Why did you choose Alpine ski as a discipline?
I enjoy the speed and exhilaration of skiing, the sense of fear when embarking on a daunting piste and overcoming that fear. Also the environment, the mountains and forests, and the feeling of freedom you get from being in these environments, from standing on top of a mountain and the exhilaration you get from speeding down it.

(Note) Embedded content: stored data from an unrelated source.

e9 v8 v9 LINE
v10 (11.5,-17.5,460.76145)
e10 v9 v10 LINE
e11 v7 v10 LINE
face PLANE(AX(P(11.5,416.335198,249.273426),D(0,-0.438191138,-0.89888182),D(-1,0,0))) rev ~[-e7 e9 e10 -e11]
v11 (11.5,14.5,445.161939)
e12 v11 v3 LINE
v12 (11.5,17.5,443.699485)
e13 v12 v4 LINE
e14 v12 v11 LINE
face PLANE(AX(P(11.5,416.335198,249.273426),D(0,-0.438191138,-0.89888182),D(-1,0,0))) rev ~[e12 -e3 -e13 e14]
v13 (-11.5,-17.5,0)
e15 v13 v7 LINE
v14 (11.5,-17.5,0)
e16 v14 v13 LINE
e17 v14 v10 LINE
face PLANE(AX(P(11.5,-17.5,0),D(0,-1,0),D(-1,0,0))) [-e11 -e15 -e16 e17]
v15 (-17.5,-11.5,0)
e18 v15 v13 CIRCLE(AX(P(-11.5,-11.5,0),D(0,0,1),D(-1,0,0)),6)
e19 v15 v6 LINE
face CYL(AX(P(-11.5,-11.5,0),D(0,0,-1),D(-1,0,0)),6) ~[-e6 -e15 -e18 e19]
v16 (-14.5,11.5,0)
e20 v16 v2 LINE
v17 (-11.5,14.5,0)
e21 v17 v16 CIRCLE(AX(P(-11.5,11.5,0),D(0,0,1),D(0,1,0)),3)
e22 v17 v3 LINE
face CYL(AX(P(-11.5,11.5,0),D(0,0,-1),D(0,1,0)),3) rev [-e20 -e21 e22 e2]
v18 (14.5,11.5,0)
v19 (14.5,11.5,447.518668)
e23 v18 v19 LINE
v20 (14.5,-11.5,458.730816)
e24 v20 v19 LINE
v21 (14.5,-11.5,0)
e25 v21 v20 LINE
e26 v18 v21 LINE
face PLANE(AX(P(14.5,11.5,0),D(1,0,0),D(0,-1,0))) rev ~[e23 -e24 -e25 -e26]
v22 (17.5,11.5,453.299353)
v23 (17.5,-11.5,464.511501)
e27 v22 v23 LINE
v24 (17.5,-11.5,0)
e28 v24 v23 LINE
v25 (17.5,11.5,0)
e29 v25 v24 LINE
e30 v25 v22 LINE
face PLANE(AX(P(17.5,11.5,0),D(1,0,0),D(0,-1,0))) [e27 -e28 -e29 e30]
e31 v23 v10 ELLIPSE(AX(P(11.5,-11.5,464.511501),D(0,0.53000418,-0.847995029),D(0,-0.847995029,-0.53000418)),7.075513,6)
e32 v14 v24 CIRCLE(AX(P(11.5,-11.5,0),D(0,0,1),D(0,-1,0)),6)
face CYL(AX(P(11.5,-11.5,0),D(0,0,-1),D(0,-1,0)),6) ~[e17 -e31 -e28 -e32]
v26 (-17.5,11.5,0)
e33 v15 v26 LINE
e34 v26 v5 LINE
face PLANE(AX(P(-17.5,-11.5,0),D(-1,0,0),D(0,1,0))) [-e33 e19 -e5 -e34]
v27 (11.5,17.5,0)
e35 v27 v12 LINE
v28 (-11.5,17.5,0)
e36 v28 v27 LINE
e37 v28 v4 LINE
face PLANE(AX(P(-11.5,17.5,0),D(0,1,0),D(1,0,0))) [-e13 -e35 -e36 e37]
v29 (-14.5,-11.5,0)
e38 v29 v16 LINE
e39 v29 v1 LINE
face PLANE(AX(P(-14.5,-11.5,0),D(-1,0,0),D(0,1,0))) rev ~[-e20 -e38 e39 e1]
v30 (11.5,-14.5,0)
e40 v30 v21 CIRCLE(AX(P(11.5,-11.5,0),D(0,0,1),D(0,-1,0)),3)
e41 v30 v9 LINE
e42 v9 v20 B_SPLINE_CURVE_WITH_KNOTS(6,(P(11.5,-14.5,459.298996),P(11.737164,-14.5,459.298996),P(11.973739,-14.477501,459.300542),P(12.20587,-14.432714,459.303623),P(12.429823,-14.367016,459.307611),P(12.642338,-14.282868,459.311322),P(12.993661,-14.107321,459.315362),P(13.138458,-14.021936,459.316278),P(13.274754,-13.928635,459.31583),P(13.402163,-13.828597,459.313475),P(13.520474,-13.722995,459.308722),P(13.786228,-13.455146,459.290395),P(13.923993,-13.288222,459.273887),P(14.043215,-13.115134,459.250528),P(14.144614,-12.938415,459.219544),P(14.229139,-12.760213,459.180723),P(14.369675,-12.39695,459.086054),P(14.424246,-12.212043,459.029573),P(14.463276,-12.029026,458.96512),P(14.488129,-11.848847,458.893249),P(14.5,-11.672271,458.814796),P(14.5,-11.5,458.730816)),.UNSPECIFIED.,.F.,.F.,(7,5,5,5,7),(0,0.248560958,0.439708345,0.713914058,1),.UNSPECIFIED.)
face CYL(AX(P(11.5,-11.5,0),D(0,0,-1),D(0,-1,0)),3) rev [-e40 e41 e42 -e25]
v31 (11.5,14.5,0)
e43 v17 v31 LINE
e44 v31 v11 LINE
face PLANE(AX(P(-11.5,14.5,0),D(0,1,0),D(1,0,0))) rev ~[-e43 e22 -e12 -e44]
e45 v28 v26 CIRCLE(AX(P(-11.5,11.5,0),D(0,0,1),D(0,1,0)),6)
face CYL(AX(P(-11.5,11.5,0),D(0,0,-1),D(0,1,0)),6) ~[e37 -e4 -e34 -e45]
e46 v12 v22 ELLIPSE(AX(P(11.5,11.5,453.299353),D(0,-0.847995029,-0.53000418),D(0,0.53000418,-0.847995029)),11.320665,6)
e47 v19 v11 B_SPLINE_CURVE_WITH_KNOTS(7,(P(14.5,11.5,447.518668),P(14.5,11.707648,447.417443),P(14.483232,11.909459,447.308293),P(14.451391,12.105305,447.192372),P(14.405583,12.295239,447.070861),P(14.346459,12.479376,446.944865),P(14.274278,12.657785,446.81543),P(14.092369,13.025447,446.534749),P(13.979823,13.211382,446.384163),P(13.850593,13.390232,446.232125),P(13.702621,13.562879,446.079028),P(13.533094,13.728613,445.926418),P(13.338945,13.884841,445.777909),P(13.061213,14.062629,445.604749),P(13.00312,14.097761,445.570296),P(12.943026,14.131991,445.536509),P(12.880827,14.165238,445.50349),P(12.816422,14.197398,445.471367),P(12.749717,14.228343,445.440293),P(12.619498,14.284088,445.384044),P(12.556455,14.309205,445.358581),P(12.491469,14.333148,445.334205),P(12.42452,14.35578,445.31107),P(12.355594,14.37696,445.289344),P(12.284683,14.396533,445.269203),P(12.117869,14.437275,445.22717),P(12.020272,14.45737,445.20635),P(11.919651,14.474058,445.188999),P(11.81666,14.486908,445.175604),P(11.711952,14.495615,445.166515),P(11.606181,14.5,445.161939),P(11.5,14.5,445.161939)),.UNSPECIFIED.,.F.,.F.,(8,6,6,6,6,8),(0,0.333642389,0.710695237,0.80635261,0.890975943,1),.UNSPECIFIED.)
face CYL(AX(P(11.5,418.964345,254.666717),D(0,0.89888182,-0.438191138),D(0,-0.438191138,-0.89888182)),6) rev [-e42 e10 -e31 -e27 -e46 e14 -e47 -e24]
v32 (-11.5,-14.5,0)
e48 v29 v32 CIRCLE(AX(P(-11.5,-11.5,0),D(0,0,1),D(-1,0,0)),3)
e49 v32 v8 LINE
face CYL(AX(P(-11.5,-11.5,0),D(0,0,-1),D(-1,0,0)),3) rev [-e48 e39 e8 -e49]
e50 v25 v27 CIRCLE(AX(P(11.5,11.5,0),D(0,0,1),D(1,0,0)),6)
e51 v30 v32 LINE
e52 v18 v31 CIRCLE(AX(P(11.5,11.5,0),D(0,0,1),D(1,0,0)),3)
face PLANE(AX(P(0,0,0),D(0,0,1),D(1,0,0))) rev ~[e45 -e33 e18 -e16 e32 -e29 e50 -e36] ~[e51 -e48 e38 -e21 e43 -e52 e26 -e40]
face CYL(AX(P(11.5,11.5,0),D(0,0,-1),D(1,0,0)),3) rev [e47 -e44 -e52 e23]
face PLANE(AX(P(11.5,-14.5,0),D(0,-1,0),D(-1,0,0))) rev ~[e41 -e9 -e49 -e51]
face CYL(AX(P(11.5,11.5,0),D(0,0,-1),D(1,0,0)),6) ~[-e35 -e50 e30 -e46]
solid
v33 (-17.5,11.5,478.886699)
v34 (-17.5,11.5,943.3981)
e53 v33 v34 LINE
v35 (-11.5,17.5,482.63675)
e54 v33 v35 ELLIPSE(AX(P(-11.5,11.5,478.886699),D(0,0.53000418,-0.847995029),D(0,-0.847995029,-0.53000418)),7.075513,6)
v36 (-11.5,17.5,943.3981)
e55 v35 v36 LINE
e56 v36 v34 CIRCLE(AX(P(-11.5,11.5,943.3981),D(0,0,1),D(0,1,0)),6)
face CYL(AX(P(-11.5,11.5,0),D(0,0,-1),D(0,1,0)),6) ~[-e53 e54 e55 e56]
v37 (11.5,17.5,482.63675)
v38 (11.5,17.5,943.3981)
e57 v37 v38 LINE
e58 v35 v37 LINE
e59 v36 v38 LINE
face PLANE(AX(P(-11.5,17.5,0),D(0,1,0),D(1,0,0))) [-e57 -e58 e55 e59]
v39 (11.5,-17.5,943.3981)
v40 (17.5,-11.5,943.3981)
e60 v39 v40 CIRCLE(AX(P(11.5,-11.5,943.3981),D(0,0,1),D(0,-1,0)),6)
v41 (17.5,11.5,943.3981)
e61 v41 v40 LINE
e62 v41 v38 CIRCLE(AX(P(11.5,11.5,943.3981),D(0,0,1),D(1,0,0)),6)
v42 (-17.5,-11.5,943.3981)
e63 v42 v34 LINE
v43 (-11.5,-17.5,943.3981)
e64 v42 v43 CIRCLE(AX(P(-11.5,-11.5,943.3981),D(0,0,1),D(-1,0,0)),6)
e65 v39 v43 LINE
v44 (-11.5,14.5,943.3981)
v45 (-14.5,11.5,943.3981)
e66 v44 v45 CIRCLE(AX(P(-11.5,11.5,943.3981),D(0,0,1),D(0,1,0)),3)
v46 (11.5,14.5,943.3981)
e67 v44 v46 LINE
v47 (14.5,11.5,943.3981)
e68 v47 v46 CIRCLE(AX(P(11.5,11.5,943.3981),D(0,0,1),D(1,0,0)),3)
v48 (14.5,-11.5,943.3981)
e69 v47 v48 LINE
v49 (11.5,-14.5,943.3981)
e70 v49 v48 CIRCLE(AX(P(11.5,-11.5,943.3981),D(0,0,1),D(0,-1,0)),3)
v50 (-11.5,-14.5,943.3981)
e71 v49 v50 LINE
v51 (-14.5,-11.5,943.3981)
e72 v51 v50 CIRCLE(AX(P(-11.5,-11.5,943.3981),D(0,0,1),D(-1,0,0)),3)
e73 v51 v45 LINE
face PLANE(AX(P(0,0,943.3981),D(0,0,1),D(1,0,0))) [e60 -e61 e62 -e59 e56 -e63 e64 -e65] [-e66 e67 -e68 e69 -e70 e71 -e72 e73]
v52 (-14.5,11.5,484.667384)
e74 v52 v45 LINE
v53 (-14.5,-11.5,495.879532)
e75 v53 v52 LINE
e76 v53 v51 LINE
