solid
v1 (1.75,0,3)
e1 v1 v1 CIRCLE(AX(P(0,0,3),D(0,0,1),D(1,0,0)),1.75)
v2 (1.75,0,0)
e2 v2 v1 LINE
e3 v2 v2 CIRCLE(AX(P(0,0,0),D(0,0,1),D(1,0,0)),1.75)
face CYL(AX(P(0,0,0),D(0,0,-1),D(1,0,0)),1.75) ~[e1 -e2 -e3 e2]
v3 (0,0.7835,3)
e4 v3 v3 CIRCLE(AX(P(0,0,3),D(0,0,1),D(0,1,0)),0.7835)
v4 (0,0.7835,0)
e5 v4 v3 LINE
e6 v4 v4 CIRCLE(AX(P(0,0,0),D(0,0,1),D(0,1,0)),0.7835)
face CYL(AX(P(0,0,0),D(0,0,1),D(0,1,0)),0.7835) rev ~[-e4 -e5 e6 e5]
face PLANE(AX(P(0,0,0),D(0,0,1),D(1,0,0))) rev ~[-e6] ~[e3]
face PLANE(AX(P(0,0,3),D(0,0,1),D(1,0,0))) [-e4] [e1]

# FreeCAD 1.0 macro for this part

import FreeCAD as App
import Part
import Sketcher
from FreeCAD import Vector

doc = App.newDocument("Part")
body = doc.addObject("PartDesign::Body", "Body")

sketch1 = body.newObject("Sketcher::SketchObject", "Sketch")
sketch1.AttachmentSupport = (doc.getObject("XY_Plane"), [""])
sketch1.MapMode = "FlatFace"
sketch1.addGeometry(Part.Circle(Vector(0, 0, 0), Vector(0, 0, 1), 1.8), False)
sketch1.addConstraint(Sketcher.Constraint("Coincident", 0, 3, -1, 1))
sketch1.addConstraint(Sketcher.Constraint("Diameter", 0, 3.5))
pad1 = body.newObject("PartDesign::Pad", "Pad")
pad1.Profile = sketch1
pad1.Length = 3

sketch2 = body.newObject("Sketcher::SketchObject", "Sketch001")
sketch2.AttachmentSupport = (doc.getObject("XY_Plane"), [""])
sketch2.MapMode = "FlatFace"
sketch2.addGeometry(Part.Circle(Vector(0, 0, 0), Vector(0, 0, 1), 0.8), False)
sketch2.addConstraint(Sketcher.Constraint("Coincident", 0, 3, -1, 1))
sketch2.addConstraint(Sketcher.Constraint("Diameter", 0, 1.567))
doc.recompute()
hole = body.newObject("PartDesign::Hole", "Hole")
hole.Profile = sketch2
hole.ThreadType = "None"
hole.Diameter = 1.567
hole.DepthType = "ThroughAll"
hole.Reversed = True

doc.recompute()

Do you have a fitness coach/nutrition coach or are you self-taught?
Hermann Aigner, former Italian and Chinese national team coach, is now the Alpine skiing coach for Tonga. I’m lucky enough to have a sports nutritionist in the family, Dr Jane Naufahu, who has been an invaluable help and advised me every step of the way. And before I left London I also had the pleasure of working with Lucy Smith at the The Tabernacle in Notting Hill. She’s an amazing personal trainer and coach, who armed me with the knowledge and fitness to tackle my winter training.

Do people ever mention the film Cool Runnings when they meet you, and do you think it’s a good comparison?
It’s not that far from my reality. It definitely captures the scale and unlikelihood of my task, perhaps a bit more comically.

How do you qualify for the Winter Olympics 2018?
I have to compete in FIS-sanctioned races to gain the points required to qualify. I have to compete in a minimum of five races and my score is an average of my two best results.

What will it mean to Tonga that you are taking part, and if you win?
I think winning is very, very, very unlikely. My real gold is qualifying and competing at the games; to make a mark for Tonga on a new world stage; and hopefully inspire others to follow their dreams and ambitions.